═══ INPUT DATA

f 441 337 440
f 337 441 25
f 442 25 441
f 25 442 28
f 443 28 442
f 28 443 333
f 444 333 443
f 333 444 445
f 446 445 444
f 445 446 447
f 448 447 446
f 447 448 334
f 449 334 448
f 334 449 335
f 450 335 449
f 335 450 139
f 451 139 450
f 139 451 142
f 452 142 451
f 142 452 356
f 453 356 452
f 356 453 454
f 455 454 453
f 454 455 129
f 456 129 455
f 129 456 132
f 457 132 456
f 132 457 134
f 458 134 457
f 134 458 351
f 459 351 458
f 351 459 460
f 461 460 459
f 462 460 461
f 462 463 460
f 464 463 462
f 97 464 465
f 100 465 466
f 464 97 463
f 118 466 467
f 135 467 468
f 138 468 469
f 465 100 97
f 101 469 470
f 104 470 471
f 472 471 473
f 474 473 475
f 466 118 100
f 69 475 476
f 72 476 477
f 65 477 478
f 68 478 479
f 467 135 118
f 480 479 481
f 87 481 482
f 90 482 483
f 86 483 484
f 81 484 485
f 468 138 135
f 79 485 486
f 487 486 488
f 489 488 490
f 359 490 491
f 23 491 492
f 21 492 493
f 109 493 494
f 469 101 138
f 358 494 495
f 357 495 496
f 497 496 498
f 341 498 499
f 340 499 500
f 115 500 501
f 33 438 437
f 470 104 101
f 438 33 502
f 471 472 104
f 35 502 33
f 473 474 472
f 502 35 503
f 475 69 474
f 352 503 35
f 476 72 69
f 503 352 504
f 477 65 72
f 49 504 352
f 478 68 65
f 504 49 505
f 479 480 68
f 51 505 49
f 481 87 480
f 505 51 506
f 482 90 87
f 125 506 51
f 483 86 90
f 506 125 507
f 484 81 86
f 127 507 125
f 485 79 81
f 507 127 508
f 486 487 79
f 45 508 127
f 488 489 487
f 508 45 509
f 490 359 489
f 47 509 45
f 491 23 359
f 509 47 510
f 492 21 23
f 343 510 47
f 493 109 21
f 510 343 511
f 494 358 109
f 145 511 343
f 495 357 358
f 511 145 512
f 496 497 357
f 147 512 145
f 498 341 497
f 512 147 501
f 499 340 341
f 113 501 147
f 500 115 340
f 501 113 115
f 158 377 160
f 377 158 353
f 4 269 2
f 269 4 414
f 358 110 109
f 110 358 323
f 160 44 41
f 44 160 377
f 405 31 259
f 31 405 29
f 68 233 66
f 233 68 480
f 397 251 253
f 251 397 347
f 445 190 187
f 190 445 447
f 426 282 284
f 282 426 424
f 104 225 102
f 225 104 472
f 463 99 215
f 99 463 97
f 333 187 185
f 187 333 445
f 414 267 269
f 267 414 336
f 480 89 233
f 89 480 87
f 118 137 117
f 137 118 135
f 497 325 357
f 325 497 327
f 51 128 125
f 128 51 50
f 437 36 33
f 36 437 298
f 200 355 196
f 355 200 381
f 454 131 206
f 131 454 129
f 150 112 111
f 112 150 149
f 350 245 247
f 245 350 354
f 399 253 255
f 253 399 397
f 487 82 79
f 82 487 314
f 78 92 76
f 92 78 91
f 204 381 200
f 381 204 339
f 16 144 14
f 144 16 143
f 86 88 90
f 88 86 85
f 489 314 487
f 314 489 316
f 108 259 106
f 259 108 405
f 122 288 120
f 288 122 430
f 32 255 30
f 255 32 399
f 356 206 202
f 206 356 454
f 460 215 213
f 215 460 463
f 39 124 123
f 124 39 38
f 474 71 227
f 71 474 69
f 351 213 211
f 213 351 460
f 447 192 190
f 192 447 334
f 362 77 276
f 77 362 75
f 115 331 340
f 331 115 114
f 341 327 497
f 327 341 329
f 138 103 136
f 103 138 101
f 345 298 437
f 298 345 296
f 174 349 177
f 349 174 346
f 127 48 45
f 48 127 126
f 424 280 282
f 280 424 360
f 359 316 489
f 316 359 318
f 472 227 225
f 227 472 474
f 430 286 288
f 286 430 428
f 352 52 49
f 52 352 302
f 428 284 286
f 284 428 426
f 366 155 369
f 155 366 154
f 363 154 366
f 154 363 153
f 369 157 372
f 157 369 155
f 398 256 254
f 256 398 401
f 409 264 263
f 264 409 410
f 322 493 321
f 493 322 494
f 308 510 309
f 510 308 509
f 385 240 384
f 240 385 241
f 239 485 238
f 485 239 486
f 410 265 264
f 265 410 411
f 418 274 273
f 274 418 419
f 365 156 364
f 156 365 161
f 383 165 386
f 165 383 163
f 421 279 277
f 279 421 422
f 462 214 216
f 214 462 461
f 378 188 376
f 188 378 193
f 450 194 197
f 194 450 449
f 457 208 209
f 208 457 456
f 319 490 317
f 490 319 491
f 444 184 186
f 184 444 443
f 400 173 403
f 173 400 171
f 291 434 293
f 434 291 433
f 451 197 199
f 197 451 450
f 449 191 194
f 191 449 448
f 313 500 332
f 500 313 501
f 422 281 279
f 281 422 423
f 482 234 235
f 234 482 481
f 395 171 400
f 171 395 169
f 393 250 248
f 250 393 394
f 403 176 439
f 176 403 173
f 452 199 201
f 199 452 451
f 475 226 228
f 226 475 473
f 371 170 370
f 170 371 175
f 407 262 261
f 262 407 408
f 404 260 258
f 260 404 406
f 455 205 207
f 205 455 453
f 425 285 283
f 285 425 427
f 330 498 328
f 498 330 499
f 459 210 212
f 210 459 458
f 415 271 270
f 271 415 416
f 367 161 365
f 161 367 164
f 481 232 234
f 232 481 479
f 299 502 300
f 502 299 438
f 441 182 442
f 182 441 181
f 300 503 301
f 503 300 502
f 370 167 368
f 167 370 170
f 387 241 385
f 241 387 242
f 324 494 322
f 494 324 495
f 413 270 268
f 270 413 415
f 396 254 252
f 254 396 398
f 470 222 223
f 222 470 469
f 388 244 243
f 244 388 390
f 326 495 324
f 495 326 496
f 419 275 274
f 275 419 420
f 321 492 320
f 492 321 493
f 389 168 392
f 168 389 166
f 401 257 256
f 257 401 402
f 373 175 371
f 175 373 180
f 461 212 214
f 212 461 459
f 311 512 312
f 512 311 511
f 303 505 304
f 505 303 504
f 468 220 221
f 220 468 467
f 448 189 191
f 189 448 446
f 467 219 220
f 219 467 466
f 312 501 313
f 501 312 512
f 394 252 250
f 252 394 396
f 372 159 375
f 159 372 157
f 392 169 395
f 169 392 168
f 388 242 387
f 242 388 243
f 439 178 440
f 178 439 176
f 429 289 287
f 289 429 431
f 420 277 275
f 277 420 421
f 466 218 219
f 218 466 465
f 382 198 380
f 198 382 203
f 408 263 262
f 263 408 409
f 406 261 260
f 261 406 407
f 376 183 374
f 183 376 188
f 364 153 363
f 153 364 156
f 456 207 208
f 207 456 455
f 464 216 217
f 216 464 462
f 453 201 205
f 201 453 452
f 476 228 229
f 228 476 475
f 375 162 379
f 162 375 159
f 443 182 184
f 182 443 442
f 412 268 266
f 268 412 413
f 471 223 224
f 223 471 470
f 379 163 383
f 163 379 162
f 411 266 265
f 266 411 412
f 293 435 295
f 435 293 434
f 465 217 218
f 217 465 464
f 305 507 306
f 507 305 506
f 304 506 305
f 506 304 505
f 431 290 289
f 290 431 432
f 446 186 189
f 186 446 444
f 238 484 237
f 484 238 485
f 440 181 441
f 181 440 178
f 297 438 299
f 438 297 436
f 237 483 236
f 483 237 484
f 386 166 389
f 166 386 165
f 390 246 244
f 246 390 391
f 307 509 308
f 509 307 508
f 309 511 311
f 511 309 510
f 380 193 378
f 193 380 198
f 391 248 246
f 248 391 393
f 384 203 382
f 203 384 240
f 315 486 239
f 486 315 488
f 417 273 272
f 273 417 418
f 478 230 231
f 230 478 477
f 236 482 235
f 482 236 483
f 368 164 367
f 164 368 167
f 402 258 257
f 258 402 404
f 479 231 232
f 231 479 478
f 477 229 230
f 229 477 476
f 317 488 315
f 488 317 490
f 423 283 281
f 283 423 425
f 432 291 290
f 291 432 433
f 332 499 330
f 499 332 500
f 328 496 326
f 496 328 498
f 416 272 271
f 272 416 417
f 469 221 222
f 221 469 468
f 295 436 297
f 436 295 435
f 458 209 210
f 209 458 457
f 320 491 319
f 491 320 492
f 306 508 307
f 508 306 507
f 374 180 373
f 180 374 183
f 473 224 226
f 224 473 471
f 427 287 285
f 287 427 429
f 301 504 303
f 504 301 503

══════

Everything above from the line containing "f 253 399 397" through the line containing "f 173 400 171" must be copied exactly. Nothing outside that range belongs in the answer.

> EXERCISE RESPONSE
f 253 399 397
f 487 82 79
f 82 487 314
f 78 92 76
f 92 78 91
f 204 381 200
f 381 204 339
f 16 144 14
f 144 16 143
f 86 88 90
f 88 86 85
f 489 314 487
f 314 489 316
f 108 259 106
f 259 108 405
f 122 288 120
f 288 122 430
f 32 255 30
f 255 32 399
f 356 206 202
f 206 356 454
f 460 215 213
f 215 460 463
f 39 124 123
f 124 39 38
f 474 71 227
f 71 474 69
f 351 213 211
f 213 351 460
f 447 192 190
f 192 447 334
f 362 77 276
f 77 362 75
f 115 331 340
f 331 115 114
f 341 327 497
f 327 341 329
f 138 103 136
f 103 138 101
f 345 298 437
f 298 345 296
f 174 349 177
f 349 174 346
f 127 48 45
f 48 127 126
f 424 280 282
f 280 424 360
f 359 316 489
f 316 359 318
f 472 227 225
f 227 472 474
f 430 286 288
f 286 430 428
f 352 52 49
f 52 352 302
f 428 284 286
f 284 428 426
f 366 155 369
f 155 366 154
f 363 154 366
f 154 363 153
f 369 157 372
f 157 369 155
f 398 256 254
f 256 398 401
f 409 264 263
f 264 409 410
f 322 493 321
f 493 322 494
f 308 510 309
f 510 308 509
f 385 240 384
f 240 385 241
f 239 485 238
f 485 239 486
f 410 265 264
f 265 410 411
f 418 274 273
f 274 418 419
f 365 156 364
f 156 365 161
f 383 165 386
f 165 383 163
f 421 279 277
f 279 421 422
f 462 214 216
f 214 462 461
f 378 188 376
f 188 378 193
f 450 194 197
f 194 450 449
f 457 208 209
f 208 457 456
f 319 490 317
f 490 319 491
f 444 184 186
f 184 444 443
f 400 173 403
f 173 400 171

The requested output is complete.